Economic activity slowed down and jobs were lost due to measures like the de-monetisation of INR 500 and INR 1000 notes. The All-India General Sales Tax (GST) which he introduced was too cumbersome to comply with. According to the IndiaSpend website, mining and quarrying, textiles,  and manufacturing saw falling employment growth rates between 2014-15 and 2015-16. Agriculture growth rates fell from minus 1.9% in 2011-12 to minus 3.6% in 2015-16. Modi’s bid to unearth black money through the de-monetisation of 80% of the currency in circulation, and put INR 15 lakh (USD 21,000) into every Indian’s bank account, caused more harm than good. No black money was unearthed but individuals, trade and industry suffered hardship.
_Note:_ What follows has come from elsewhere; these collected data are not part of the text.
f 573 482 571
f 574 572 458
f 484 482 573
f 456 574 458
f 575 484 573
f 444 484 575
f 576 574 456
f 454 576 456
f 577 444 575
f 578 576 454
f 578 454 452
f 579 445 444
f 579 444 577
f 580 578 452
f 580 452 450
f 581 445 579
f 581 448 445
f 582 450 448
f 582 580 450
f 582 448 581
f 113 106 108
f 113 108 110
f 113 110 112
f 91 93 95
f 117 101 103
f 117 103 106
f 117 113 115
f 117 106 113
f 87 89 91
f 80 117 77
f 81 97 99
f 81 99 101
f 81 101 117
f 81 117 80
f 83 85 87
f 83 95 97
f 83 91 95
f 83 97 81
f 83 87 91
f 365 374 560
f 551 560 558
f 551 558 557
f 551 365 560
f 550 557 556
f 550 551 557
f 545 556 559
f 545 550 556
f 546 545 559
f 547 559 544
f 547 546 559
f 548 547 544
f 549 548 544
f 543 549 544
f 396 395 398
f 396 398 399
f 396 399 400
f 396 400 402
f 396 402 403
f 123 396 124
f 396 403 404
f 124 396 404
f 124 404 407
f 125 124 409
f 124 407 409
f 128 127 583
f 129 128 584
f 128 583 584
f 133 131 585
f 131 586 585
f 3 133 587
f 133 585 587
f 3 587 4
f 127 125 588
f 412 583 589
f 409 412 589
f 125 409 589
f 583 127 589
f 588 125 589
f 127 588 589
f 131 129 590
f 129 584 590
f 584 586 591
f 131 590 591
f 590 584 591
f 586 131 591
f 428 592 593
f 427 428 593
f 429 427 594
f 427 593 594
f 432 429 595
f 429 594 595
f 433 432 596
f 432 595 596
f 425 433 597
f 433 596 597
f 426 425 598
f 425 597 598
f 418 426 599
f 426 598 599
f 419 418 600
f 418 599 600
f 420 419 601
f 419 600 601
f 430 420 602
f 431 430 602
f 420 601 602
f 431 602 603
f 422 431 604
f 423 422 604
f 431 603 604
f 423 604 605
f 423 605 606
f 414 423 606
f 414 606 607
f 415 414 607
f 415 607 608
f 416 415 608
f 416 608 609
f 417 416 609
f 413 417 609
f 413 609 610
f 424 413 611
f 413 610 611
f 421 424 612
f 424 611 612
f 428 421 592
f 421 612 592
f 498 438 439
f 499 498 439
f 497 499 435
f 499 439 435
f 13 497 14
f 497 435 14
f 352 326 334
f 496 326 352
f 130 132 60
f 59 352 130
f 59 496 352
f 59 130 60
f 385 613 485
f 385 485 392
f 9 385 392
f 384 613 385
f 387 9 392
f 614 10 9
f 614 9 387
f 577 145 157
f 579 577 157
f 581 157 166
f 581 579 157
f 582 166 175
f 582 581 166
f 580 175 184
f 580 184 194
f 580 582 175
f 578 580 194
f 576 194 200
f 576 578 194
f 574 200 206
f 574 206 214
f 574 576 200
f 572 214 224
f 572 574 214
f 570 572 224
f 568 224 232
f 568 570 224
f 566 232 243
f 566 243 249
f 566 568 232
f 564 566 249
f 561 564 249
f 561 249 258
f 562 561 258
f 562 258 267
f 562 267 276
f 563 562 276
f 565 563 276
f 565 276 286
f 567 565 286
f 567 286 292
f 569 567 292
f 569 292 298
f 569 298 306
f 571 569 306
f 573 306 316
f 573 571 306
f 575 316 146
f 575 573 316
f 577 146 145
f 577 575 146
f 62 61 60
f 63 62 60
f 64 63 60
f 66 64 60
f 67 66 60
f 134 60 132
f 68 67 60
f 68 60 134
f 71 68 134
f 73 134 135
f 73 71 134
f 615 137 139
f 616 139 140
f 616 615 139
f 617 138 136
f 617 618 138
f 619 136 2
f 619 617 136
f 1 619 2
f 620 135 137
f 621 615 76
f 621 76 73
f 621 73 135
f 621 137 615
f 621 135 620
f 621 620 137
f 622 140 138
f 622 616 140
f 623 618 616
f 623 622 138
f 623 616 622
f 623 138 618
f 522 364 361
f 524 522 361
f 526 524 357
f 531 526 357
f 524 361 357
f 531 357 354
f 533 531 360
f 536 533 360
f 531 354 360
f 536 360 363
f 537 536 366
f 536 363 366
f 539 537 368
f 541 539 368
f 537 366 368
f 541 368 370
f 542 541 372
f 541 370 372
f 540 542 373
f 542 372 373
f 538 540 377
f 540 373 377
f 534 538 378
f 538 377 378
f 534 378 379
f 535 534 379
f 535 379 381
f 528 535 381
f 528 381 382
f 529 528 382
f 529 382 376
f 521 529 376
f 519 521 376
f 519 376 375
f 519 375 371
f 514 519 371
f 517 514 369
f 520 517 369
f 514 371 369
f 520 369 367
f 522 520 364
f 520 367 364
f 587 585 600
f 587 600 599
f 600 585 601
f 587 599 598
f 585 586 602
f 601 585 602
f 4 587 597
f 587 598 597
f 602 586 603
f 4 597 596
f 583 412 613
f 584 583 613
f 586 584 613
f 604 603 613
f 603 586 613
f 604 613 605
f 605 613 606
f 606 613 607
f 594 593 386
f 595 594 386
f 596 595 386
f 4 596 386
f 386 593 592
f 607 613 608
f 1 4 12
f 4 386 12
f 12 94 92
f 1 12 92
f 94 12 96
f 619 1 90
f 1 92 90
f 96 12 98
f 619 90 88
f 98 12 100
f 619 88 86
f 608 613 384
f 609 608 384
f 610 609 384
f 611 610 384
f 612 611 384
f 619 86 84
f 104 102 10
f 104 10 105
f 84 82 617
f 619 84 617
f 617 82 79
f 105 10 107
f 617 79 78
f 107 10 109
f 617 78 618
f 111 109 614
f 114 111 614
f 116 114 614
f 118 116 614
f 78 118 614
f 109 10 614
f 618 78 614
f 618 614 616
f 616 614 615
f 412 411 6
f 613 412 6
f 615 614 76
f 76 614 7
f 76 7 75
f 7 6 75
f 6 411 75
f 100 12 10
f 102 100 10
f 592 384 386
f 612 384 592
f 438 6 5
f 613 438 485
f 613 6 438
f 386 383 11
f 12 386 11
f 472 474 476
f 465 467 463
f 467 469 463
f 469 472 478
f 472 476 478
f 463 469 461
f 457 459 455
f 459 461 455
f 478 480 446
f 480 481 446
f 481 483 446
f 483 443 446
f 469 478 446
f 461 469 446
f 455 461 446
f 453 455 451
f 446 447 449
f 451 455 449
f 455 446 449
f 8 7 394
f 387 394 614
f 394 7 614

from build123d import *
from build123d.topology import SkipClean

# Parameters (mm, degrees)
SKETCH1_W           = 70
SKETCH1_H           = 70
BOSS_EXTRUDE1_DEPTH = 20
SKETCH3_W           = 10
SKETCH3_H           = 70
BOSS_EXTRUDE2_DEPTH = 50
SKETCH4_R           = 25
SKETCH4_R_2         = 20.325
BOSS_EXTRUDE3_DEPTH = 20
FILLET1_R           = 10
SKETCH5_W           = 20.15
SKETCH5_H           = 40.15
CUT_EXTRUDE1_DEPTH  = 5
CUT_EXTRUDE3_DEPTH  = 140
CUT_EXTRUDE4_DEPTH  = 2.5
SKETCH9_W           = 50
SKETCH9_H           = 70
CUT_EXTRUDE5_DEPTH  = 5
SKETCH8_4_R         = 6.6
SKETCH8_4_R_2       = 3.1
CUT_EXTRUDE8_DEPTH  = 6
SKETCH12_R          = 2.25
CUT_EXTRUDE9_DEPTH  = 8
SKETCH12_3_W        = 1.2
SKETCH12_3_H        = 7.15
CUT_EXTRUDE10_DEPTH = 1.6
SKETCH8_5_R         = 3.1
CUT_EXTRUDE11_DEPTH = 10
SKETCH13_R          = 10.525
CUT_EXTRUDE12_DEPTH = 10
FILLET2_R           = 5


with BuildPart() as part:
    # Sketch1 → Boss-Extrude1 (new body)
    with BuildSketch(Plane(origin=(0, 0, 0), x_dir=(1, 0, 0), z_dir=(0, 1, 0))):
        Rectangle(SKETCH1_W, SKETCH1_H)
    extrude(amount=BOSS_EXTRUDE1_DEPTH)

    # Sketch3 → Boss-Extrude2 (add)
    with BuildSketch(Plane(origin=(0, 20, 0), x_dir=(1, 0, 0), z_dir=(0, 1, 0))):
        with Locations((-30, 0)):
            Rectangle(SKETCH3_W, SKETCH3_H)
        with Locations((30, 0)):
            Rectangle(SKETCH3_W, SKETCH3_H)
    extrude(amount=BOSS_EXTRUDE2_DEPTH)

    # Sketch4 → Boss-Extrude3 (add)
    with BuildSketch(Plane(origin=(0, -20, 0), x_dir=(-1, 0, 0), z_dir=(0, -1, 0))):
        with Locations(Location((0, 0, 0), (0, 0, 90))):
The informal economy and agriculture, which functioned with cash, were hard hit. A decline in growth and employment followed.

Crony Capitalism

The Modi regime is now indelibly identified with crony capitalism. Modi’s friend Nirav Modi fled the country, apparently having looted the State-owned Punjab National Bank of INR 11,000 crore (USD 1.8 m). Another absconder crony is Vijay Malya of the UB Group, who owes banks INR 9,000 crore (USD 1.2 bn). The Prime Minister’s friend Anil Ambani has been given a huge contract to build some spare parts for the French Rafale fighter, when his firm has no experience in the aeronautics sector.

The claims of the experienced state-sector Hindustan Aeronautics to the contract were brushed aside. With falling political fortunes, the BJP is on the defensive. To make up for non-performance in the last four and a half years, the Modi government is currently indulging in populism through the annual budget. To fund the envisaged largesse, it invoked Sec. 7 of the Reserve Bank of India Act to get access to the Central bank’s reserve funds.

The crisis has created rifts within the BJP’s ranks. The Union Minister for Water Resources, Shipping and Transport, Nitin Gadkari, has been taking pot-shots at Modi, saying that leaders should not make promises they cannot fulfil and that people would beat them up if they do not make the dreams they instil come true. 

The Rashtriya Swayamsewak Sangh (RSS), which is the parent body of the BJP, is reportedly unhappy with Modi for his lack of concern for the economic plight of the hoi polloi, without whose support the BJP cannot remain in power.